Your instructions: For the listing below, return the line containing "Circle(SKETCH1_R_2, mode=Mode.SUBTRACT)", the line containing "# FreeCAD 1.0 macro for this part", and all lines in between, exactly as written and nothing else.

Provided material:
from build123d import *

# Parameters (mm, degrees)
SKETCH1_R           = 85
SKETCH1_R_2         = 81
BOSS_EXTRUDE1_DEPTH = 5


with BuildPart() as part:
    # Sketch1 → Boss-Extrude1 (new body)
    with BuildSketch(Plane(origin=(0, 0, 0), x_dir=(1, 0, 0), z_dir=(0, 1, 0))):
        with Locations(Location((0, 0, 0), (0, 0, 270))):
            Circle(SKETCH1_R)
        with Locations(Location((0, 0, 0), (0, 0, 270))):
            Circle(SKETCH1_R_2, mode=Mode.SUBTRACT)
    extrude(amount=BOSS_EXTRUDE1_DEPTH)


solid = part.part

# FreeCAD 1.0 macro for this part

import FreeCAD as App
import Part
import Sketcher
Q = App.Units.Quantity

doc = App.newDocument("Part")
body = doc.addObject("PartDesign::Body", "Body")

# Sketch on XZ plane
sketch1 = doc.addObject("Sketcher::SketchObject", "Sketch")
body.addObject(sketch1)
sketch1.AttachmentSupport = (doc.XZ_Plane, [""])
sketch1.MapMode = "FlatFace"
sketch1.addGeometry(Part.Circle(App.Vector(0, 0, 0), App.Vector(0, 0, 1), 85), False)
sketch1.addGeometry(Part.Circle(App.Vector(0, 0, 0), App.Vector(0, 0, 1), 81), False)
sketch1.addConstraint(Sketcher.Constraint("Coincident", 0, 3, -1, 1))
sketch1.addConstraint(Sketcher.Constraint("Coincident", 1, 3, -1, 1))
sketch1.addConstraint(Sketcher.Constraint("Diameter", 0, Q("170 mm")))
sketch1.addConstraint(Sketcher.Constraint("Diameter", 1, Q("162 mm")))
pad1 = doc.addObject("PartDesign::Pad", "Pad")
body.addObject(pad1)
pad1.Profile = sketch1
pad1.Length = 5
pad1.Reversed = True

doc.recompute()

Final answer:
            Circle(SKETCH1_R_2, mode=Mode.SUBTRACT)
    extrude(amount=BOSS_EXTRUDE1_DEPTH)


solid = part.part

# FreeCAD 1.0 macro for this part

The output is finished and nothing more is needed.